__LISTED ENTRIES__
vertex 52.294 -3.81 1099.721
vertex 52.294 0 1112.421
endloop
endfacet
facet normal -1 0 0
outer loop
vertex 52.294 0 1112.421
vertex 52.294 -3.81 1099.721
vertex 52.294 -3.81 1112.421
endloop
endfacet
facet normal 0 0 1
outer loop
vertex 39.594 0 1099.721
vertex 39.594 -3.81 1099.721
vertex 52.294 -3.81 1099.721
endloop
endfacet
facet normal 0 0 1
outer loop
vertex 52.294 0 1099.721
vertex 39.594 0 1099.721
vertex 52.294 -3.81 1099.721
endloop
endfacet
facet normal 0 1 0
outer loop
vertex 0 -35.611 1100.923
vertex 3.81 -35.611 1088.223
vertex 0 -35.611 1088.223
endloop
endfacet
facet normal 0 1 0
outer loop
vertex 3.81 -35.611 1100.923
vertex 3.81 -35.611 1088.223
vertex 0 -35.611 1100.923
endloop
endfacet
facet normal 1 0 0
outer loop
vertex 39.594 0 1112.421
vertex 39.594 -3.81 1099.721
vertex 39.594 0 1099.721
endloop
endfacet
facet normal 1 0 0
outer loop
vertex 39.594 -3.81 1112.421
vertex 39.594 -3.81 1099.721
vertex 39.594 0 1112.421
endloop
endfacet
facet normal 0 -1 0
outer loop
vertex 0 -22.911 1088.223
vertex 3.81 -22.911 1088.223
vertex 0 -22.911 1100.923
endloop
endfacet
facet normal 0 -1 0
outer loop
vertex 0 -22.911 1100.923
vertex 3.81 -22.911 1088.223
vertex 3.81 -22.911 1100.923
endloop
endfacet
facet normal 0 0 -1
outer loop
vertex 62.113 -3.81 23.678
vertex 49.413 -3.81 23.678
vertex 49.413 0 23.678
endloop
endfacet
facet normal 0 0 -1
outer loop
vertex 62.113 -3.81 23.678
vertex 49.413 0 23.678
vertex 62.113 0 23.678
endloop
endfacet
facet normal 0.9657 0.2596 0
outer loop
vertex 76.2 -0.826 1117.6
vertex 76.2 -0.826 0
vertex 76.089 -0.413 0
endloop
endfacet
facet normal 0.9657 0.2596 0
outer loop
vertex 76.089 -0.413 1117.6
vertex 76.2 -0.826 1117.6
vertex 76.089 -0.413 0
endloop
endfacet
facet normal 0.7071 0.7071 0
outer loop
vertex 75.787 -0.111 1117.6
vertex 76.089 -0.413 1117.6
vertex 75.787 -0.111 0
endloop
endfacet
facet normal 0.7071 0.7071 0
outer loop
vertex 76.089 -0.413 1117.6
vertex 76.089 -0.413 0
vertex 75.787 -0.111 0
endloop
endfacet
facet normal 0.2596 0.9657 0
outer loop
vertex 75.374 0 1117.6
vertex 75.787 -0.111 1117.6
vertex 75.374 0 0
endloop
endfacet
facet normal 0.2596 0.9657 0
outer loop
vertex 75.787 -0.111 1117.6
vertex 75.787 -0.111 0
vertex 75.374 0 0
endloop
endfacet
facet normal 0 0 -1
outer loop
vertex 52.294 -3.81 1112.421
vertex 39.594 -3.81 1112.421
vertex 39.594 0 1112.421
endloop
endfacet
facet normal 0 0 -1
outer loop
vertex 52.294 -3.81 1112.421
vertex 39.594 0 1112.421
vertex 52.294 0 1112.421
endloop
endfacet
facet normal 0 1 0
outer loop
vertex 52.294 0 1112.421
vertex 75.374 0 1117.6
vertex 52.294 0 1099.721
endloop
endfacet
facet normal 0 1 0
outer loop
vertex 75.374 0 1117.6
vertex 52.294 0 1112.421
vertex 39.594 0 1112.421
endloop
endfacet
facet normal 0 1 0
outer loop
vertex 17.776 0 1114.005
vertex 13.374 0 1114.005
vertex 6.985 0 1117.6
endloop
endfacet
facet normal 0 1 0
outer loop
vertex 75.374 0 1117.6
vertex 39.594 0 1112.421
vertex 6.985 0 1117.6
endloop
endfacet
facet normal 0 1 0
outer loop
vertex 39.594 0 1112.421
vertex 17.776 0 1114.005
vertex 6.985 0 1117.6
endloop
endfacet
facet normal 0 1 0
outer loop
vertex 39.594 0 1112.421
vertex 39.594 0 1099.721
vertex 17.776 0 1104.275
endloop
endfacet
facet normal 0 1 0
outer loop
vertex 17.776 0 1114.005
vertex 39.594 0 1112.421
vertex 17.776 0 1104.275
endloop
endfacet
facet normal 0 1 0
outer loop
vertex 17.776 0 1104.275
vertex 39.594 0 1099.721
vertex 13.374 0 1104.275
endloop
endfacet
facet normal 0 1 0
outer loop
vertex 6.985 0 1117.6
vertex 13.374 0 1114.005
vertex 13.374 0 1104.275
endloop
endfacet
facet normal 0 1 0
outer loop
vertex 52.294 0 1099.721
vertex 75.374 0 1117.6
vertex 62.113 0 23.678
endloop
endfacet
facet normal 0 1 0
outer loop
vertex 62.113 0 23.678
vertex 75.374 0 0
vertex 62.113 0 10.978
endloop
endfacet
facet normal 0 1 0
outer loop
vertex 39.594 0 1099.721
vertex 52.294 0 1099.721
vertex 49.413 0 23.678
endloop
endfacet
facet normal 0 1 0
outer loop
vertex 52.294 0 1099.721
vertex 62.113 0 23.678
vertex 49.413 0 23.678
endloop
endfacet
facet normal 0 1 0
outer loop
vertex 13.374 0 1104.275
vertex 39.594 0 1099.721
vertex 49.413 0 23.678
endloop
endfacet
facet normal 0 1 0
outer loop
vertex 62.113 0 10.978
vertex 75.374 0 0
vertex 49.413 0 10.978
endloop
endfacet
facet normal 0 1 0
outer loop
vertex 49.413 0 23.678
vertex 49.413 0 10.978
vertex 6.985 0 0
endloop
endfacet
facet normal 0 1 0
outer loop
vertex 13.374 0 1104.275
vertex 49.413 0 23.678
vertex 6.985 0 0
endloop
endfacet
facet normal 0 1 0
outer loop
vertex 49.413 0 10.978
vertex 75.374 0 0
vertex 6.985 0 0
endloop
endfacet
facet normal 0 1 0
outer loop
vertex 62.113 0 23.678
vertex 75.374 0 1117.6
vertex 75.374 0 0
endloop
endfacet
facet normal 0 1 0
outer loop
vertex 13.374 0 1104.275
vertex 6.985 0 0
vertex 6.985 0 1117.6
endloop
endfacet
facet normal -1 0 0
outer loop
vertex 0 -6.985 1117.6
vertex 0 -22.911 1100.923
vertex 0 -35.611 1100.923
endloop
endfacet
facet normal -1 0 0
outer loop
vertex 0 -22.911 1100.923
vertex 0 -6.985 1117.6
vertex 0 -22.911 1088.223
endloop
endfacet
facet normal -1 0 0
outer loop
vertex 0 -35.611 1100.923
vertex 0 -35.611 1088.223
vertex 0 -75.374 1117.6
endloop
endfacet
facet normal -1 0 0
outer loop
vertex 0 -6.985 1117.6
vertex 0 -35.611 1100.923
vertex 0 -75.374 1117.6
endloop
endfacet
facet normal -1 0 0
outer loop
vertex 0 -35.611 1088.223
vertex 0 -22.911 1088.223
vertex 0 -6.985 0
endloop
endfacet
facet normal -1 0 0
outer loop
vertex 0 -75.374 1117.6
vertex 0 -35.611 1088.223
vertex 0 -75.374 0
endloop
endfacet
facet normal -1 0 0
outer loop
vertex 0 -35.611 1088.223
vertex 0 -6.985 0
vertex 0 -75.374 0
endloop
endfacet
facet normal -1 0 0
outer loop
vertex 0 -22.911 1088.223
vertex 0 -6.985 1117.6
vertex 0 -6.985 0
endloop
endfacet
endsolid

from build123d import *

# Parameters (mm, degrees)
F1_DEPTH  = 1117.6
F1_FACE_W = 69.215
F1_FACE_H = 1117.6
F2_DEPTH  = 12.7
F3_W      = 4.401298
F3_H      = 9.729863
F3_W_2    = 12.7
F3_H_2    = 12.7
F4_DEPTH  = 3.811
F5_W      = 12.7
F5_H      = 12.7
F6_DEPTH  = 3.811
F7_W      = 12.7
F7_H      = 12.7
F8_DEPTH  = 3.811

__WHAT TO PRODUCE__
Could you write out exactly the lines above, starting at the first one and ending with the line that has "vertex 49.413 -3.81 23.678"?

__EXPECTED OUTPUT__
vertex 52.294 -3.81 1099.721
vertex 52.294 0 1112.421
endloop
endfacet
facet normal -1 0 0
outer loop
vertex 52.294 0 1112.421
vertex 52.294 -3.81 1099.721
vertex 52.294 -3.81 1112.421
endloop
endfacet
facet normal 0 0 1
outer loop
vertex 39.594 0 1099.721
vertex 39.594 -3.81 1099.721
vertex 52.294 -3.81 1099.721
endloop
endfacet
facet normal 0 0 1
outer loop
vertex 52.294 0 1099.721
vertex 39.594 0 1099.721
vertex 52.294 -3.81 1099.721
endloop
endfacet
facet normal 0 1 0
outer loop
vertex 0 -35.611 1100.923
vertex 3.81 -35.611 1088.223
vertex 0 -35.611 1088.223
endloop
endfacet
facet normal 0 1 0
outer loop
vertex 3.81 -35.611 1100.923
vertex 3.81 -35.611 1088.223
vertex 0 -35.611 1100.923
endloop
endfacet
facet normal 1 0 0
outer loop
vertex 39.594 0 1112.421
vertex 39.594 -3.81 1099.721
vertex 39.594 0 1099.721
endloop
endfacet
facet normal 1 0 0
outer loop
vertex 39.594 -3.81 1112.421
vertex 39.594 -3.81 1099.721
vertex 39.594 0 1112.421
endloop
endfacet
facet normal 0 -1 0
outer loop
vertex 0 -22.911 1088.223
vertex 3.81 -22.911 1088.223
vertex 0 -22.911 1100.923
endloop
endfacet
facet normal 0 -1 0
outer loop
vertex 0 -22.911 1100.923
vertex 3.81 -22.911 1088.223
vertex 3.81 -22.911 1100.923
endloop
endfacet
facet normal 0 0 -1
outer loop
vertex 62.113 -3.81 23.678
vertex 49.413 -3.81 23.678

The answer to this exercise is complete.